TO DO:
Please take the records that follow and repeat exactly the lines starting with the line with "f 145 175 148" and going on through the line with "f 194 150 134".

[Stored data]
<<<<

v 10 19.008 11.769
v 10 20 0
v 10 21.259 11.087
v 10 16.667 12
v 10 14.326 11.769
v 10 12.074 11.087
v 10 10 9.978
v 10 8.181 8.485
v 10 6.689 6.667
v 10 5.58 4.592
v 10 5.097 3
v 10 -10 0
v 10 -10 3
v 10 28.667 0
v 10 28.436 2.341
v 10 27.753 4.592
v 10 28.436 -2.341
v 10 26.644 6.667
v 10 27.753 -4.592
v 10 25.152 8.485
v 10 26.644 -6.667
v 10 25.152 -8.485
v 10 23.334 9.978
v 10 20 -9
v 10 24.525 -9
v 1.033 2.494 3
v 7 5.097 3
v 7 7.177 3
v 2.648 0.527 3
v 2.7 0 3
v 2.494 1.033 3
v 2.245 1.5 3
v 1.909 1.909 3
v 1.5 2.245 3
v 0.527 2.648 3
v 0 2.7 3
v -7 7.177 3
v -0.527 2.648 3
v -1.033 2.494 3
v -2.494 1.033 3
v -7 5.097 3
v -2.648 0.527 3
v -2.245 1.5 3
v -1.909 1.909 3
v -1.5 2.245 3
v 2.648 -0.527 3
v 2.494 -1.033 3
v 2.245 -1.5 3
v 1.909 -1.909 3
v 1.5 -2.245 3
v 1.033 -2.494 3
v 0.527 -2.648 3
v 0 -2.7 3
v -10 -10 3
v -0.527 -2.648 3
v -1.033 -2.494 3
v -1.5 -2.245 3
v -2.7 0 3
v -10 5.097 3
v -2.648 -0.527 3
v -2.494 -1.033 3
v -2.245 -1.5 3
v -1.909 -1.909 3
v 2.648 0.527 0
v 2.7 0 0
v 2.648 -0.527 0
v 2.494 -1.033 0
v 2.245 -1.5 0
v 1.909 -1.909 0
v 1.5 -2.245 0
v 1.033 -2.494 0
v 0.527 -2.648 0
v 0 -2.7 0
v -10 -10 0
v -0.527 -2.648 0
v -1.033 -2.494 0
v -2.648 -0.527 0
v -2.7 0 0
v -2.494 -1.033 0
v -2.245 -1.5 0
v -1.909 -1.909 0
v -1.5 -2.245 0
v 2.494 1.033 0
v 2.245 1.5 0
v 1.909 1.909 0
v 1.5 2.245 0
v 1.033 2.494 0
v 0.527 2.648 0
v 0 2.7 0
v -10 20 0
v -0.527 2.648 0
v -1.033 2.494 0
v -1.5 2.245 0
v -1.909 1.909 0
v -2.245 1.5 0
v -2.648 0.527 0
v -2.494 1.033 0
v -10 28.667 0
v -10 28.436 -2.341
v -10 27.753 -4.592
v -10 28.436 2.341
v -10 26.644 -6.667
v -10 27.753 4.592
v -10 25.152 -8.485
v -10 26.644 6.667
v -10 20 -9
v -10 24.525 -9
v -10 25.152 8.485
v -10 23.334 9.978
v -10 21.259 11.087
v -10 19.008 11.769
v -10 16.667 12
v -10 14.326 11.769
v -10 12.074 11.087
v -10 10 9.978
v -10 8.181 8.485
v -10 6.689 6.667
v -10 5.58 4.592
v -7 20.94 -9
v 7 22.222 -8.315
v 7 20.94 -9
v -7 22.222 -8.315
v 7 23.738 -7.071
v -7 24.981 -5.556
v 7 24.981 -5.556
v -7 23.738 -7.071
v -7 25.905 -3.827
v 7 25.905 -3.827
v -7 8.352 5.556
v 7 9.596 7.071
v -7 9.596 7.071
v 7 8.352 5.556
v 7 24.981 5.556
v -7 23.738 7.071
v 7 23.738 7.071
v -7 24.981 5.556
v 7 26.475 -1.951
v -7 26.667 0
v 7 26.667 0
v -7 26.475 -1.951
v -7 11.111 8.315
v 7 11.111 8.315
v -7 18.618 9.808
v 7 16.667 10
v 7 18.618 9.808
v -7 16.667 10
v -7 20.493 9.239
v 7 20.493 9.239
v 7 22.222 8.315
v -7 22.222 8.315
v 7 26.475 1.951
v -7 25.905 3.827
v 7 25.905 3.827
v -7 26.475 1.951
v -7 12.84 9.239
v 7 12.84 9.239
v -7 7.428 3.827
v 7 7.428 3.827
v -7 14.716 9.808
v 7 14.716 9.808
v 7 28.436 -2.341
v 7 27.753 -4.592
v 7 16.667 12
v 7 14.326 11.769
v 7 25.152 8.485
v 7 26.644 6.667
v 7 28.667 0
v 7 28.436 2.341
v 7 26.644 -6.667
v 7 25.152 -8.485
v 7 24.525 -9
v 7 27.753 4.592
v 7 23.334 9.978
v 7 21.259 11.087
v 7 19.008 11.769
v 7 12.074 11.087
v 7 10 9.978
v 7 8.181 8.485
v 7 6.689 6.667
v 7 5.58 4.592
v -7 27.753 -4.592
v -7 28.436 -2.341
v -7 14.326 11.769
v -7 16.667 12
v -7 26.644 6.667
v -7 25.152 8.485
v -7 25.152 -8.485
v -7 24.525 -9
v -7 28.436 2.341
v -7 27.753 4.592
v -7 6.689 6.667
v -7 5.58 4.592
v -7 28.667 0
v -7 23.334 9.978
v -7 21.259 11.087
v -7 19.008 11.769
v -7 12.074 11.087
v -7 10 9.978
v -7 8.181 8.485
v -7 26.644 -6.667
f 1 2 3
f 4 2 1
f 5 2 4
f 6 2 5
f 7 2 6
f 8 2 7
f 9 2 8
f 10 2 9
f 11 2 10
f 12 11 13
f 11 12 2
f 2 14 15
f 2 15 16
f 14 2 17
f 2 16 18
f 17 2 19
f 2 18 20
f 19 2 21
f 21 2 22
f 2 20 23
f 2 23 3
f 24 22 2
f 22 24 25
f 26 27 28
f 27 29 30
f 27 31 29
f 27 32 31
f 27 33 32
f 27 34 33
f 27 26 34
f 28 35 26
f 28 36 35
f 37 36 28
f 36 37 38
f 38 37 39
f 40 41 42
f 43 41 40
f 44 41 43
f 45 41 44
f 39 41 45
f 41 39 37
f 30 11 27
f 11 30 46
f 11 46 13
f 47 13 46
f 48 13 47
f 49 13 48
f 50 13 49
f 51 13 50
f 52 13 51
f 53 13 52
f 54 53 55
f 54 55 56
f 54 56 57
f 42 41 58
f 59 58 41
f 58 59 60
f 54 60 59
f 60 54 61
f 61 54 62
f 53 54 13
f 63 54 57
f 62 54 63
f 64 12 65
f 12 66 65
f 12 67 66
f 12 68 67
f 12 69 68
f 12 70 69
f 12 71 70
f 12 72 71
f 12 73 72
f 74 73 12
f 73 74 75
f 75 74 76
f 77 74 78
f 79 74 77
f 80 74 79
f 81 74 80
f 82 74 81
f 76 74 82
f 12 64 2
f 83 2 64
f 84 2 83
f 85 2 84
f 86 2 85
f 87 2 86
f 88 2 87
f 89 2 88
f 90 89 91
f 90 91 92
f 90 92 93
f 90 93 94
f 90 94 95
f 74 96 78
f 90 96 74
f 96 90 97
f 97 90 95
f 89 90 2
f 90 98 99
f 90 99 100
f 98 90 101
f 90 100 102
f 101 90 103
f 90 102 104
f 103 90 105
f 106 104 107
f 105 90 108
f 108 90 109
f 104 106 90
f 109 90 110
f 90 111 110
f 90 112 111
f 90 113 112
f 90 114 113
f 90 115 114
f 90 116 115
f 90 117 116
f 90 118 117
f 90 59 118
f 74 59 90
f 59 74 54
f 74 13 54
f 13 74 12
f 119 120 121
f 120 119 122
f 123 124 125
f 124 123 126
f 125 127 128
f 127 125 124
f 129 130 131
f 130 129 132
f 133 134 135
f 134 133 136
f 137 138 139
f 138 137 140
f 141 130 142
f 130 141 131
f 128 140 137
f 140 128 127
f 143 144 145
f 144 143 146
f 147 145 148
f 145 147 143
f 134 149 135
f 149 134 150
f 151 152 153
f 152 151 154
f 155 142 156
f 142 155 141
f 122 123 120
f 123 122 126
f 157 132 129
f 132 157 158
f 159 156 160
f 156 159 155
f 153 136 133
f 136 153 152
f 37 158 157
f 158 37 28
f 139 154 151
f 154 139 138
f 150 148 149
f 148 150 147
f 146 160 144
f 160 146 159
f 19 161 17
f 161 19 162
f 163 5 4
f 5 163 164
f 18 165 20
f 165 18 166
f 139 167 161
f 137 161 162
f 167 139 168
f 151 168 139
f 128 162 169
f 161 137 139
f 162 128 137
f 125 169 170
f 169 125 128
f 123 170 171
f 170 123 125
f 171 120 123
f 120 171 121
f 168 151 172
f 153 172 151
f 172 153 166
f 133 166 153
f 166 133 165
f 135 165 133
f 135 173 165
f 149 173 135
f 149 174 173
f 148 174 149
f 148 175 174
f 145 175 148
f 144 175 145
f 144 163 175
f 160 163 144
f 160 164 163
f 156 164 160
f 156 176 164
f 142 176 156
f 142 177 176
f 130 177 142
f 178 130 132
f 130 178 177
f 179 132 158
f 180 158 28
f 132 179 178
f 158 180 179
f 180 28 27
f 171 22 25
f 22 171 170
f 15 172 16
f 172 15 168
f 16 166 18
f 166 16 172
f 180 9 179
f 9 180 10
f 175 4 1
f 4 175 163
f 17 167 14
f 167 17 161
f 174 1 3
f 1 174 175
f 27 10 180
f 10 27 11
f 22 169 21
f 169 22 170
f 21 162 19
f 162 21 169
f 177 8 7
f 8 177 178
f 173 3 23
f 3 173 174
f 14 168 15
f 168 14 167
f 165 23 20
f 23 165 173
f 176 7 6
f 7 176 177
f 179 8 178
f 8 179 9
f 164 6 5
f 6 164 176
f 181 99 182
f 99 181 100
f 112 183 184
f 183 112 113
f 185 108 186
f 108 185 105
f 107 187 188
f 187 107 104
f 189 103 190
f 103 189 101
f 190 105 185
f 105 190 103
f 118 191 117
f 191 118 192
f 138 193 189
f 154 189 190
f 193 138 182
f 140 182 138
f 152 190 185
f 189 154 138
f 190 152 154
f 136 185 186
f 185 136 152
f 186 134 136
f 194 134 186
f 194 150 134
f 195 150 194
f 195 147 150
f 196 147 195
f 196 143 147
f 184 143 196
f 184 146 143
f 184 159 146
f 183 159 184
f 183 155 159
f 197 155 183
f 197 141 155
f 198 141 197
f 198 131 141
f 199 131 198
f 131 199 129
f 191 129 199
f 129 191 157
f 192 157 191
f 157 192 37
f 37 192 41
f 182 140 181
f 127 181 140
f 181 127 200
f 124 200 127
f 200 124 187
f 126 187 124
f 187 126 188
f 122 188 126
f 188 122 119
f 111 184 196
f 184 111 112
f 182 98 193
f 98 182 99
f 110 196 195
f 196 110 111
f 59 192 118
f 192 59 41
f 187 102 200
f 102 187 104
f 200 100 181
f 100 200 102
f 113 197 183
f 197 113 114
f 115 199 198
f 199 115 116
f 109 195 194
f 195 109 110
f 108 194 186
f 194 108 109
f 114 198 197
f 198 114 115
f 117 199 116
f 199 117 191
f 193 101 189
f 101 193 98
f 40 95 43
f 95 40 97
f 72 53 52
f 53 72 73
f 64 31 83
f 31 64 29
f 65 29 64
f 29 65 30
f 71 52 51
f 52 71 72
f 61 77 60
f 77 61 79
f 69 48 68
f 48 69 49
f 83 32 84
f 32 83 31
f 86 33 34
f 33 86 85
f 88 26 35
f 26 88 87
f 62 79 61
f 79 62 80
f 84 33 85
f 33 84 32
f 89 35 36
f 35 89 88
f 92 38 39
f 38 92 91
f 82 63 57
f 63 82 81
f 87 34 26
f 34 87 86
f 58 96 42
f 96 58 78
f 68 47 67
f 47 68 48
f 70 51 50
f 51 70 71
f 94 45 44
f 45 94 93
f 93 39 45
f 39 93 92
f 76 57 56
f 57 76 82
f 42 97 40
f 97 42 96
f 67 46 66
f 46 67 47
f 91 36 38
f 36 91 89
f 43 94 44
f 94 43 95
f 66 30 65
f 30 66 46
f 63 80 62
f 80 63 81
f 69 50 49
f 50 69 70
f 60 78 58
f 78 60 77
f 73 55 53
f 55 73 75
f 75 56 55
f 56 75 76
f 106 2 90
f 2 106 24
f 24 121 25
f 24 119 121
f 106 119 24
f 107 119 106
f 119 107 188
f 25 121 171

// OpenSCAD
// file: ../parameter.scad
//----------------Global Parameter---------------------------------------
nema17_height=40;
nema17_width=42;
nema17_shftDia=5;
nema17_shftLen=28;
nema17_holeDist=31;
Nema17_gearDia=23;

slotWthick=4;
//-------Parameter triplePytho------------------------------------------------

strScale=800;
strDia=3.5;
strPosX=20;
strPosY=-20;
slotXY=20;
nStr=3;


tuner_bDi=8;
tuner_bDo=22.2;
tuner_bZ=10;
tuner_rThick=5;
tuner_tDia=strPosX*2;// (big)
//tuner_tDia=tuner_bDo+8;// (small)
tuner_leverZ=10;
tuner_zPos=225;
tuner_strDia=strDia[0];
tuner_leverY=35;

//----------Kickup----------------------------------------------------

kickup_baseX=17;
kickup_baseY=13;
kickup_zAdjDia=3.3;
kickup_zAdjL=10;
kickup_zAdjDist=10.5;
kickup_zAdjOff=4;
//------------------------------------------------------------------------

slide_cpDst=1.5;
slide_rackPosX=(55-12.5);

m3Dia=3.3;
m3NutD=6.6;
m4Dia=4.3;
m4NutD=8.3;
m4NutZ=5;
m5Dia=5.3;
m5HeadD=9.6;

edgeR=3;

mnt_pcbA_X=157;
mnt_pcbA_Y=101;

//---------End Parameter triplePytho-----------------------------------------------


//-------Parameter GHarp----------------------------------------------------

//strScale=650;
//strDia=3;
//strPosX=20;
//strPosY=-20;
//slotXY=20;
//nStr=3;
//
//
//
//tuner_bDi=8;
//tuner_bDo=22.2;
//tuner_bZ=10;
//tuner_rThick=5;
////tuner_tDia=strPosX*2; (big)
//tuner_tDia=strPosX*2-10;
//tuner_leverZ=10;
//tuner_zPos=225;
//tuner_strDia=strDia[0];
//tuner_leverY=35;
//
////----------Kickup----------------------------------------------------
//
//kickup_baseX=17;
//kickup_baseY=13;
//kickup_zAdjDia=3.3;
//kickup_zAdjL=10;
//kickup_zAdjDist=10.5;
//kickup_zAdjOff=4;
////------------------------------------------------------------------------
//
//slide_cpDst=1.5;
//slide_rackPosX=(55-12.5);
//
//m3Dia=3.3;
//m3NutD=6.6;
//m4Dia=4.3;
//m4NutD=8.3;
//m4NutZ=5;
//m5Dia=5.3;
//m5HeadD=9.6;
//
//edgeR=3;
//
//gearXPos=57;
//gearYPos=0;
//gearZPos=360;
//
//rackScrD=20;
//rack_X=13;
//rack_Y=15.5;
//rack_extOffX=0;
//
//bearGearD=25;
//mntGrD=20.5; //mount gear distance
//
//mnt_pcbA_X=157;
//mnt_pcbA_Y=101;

>>>>

ANSWER SPACE:
f 145 175 148
f 144 175 145
f 144 163 175
f 160 163 144
f 160 164 163
f 156 164 160
f 156 176 164
f 142 176 156
f 142 177 176
f 130 177 142
f 178 130 132
f 130 178 177
f 179 132 158
f 180 158 28
f 132 179 178
f 158 180 179
f 180 28 27
f 171 22 25
f 22 171 170
f 15 172 16
f 172 15 168
f 16 166 18
f 166 16 172
f 180 9 179
f 9 180 10
f 175 4 1
f 4 175 163
f 17 167 14
f 167 17 161
f 174 1 3
f 1 174 175
f 27 10 180
f 10 27 11
f 22 169 21
f 169 22 170
f 21 162 19
f 162 21 169
f 177 8 7
f 8 177 178
f 173 3 23
f 3 173 174
f 14 168 15
f 168 14 167
f 165 23 20
f 23 165 173
f 176 7 6
f 7 176 177
f 179 8 178
f 8 179 9
f 164 6 5
f 6 164 176
f 181 99 182
f 99 181 100
f 112 183 184
f 183 112 113
f 185 108 186
f 108 185 105
f 107 187 188
f 187 107 104
f 189 103 190
f 103 189 101
f 190 105 185
f 105 190 103
f 118 191 117
f 191 118 192
f 138 193 189
f 154 189 190
f 193 138 182
f 140 182 138
f 152 190 185
f 189 154 138
f 190 152 154
f 136 185 186
f 185 136 152
f 186 134 136
f 194 134 186
f 194 150 134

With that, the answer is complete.